Surveys indicate that 85% of the adult population consume caffeine, often on a daily basis. Caffeine acts on sleep homeostatic mechanisms by antagonizing the sleep factor adenosine. Whether and how caffeine also impacts on the circadian regulation of sleep and -wakefulness is fairly unexplored. The circadian timing system promotes wakefulness at the end of the biological day ("wake maintenance zone") and promotes sleep after the onset of the endogenous melatonin secretion ("opening of sleep gate"). There is mounting evidence that circadian and sleep homeostatic mechanisms continuously interact at the neurobehavioral, hormonal and cerebral level. Furthermore, earlier evidence has shown that the strength of circadian wake-promotion and the timing of circadian rhythmicity differs according to a genetic predisposition in the adenosinergic system. Thus, it was assumed that the daily consumption of caffeine may substantially impact on both circadian and homeostatic sleep-wake processes at different systemic levels.

This study aimed at quantifying the influence of regular caffeine intake and its cessation on circadian promotion of sleep and wakefulness, on circadian hormonal markers, well-being, neurobehavioral performance and associated cerebral mechanisms. Specifically, the study investigated the effects of sleep-wake regulatory adaptations to regular caffeine consumption and acute caffeine cessation a) on night-time sleep structure and sleep intensity (electroencephalography, EEG), b) on circadian wake-promotion (nap sleep during the biological day) and circadian timing of hormonal rhythms, and c) on waking quality, as indexed by subjective ratings, objective measures of neurobehavioral performance, and cerebral mechanisms (EEG and functional magnetic resonance imaging [MRI]).

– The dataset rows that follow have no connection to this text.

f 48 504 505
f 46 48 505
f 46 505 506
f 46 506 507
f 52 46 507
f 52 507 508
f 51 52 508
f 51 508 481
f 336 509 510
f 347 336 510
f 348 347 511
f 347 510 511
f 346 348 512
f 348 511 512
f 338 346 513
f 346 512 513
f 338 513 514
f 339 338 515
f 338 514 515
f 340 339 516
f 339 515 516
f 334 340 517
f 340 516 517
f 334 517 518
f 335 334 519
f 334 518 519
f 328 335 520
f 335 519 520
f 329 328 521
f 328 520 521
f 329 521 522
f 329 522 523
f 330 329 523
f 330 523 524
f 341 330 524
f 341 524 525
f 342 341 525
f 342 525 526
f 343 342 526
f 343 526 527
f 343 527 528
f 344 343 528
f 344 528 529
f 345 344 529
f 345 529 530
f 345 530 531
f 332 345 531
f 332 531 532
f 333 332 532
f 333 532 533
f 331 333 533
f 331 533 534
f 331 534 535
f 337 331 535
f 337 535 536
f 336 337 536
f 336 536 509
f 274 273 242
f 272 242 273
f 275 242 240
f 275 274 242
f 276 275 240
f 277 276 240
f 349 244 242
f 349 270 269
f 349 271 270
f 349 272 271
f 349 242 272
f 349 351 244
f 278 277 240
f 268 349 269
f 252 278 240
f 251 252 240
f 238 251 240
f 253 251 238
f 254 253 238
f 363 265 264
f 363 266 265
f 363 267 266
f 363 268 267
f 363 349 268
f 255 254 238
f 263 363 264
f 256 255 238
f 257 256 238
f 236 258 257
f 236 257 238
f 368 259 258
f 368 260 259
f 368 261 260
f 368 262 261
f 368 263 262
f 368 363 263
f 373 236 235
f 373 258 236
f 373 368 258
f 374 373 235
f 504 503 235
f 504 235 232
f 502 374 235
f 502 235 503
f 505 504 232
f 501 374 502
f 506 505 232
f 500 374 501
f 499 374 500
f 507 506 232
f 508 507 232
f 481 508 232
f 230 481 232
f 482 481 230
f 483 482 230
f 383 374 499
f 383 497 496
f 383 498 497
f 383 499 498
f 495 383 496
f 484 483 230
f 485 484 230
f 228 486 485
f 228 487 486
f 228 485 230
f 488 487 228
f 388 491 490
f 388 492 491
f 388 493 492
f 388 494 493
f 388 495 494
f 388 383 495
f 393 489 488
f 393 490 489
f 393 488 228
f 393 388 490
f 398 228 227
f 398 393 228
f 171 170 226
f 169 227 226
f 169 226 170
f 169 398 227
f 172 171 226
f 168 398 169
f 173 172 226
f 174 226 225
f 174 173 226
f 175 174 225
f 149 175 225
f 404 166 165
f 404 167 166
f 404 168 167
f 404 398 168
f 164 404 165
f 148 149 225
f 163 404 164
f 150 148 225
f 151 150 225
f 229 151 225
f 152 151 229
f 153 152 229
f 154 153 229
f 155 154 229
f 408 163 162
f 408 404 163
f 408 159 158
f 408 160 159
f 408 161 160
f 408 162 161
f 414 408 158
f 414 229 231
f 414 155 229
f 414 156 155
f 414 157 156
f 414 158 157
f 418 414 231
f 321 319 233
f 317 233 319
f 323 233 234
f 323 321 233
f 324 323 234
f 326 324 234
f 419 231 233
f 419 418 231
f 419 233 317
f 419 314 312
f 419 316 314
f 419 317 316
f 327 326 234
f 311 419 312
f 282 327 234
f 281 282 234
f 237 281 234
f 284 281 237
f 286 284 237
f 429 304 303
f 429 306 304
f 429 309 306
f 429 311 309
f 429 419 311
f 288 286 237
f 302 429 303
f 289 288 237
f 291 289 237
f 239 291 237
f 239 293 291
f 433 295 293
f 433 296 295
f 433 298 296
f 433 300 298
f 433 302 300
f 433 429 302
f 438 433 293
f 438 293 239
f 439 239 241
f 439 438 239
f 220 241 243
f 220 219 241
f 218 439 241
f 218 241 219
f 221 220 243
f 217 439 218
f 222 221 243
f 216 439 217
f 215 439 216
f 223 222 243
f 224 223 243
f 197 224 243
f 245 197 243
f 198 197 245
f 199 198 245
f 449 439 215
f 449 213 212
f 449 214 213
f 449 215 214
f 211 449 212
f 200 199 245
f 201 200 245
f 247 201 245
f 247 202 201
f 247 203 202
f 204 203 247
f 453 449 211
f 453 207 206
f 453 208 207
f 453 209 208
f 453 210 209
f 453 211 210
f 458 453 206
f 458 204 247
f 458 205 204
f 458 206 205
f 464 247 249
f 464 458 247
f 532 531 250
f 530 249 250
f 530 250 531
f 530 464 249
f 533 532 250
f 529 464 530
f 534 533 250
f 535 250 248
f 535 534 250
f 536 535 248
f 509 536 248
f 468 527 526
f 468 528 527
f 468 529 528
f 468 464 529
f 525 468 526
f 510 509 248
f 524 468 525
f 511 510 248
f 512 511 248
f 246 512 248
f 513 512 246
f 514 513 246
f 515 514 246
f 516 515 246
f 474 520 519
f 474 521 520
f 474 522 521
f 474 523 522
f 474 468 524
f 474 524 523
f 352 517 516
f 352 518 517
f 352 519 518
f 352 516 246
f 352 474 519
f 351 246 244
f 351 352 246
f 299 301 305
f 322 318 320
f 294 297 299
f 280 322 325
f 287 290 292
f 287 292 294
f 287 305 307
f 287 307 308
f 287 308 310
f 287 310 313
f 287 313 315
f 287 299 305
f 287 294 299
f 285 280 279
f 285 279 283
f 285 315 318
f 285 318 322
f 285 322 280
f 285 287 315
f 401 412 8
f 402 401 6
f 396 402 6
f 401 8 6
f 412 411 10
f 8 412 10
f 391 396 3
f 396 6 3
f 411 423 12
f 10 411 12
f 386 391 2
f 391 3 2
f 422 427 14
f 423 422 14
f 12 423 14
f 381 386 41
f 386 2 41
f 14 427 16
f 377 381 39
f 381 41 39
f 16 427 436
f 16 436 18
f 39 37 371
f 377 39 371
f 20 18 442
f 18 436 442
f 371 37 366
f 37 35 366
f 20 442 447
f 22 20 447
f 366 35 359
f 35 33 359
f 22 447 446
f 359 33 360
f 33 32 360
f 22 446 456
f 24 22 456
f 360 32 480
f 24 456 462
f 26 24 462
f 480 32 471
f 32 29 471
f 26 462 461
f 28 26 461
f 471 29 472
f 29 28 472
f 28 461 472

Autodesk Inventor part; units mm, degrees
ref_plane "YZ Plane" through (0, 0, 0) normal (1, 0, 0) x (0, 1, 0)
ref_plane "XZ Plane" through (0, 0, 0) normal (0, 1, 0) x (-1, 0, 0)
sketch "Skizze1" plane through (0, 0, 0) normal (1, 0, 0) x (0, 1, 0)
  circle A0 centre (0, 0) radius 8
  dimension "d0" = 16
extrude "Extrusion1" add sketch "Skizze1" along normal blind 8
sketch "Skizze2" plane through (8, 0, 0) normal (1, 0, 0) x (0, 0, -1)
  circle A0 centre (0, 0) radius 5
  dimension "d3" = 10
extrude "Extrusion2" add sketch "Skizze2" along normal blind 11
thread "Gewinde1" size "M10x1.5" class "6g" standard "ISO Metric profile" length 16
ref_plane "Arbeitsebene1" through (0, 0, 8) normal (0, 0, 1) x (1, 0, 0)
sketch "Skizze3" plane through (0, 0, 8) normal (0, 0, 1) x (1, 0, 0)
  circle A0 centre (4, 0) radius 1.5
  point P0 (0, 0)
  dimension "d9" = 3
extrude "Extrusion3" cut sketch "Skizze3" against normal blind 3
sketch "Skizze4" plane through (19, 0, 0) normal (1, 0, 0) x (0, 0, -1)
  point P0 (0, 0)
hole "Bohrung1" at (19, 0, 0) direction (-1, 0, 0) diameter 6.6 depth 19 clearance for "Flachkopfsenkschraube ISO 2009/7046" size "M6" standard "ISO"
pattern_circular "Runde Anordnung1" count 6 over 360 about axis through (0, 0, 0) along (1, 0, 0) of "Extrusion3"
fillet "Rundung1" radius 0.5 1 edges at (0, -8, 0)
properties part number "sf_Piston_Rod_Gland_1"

Twenty young healthy regular caffeine consumers were examined in a double-blind, placebo-controlled within-subjects design with three conditions: Regular caffeine intake, regular placebo intake, and cessation of regular caffeine intake. In the laboratory, circadian sleep-wake promotion was assessed by combining EEG and multimodal MRI techniques. Circadian timing was assessed by salivary melatonin and cortisol rhythms. Sleep and waking quality were quantified by continuous polysomnography (during sleep at night and during a nap in the evening), waking EEG, subjective ratings (sleepiness, mood, craving, withdrawal symptoms) and cognitive performance (vigilance and working memory). Each of the three laboratory parts lasted more than 40 h under strictly controlled conditions (i.e., dim light, constant ambient temperature etc.). Subsequent to each laboratory condition, actimetry and sleep diaries served to assess sleep- and waking patterns in the field under caffeine vs. placebo conditions.

The aim was to substantially advance the knowledge about the impact of the commonly encountered caffeine consumption on the sleep-wake regulatory system. Furthermore, the project was intended to substantially contribute to the understanding of complex interplay between sleep-wake regulatory mechanisms in response to acute or long-term changes in the adenosinergic system.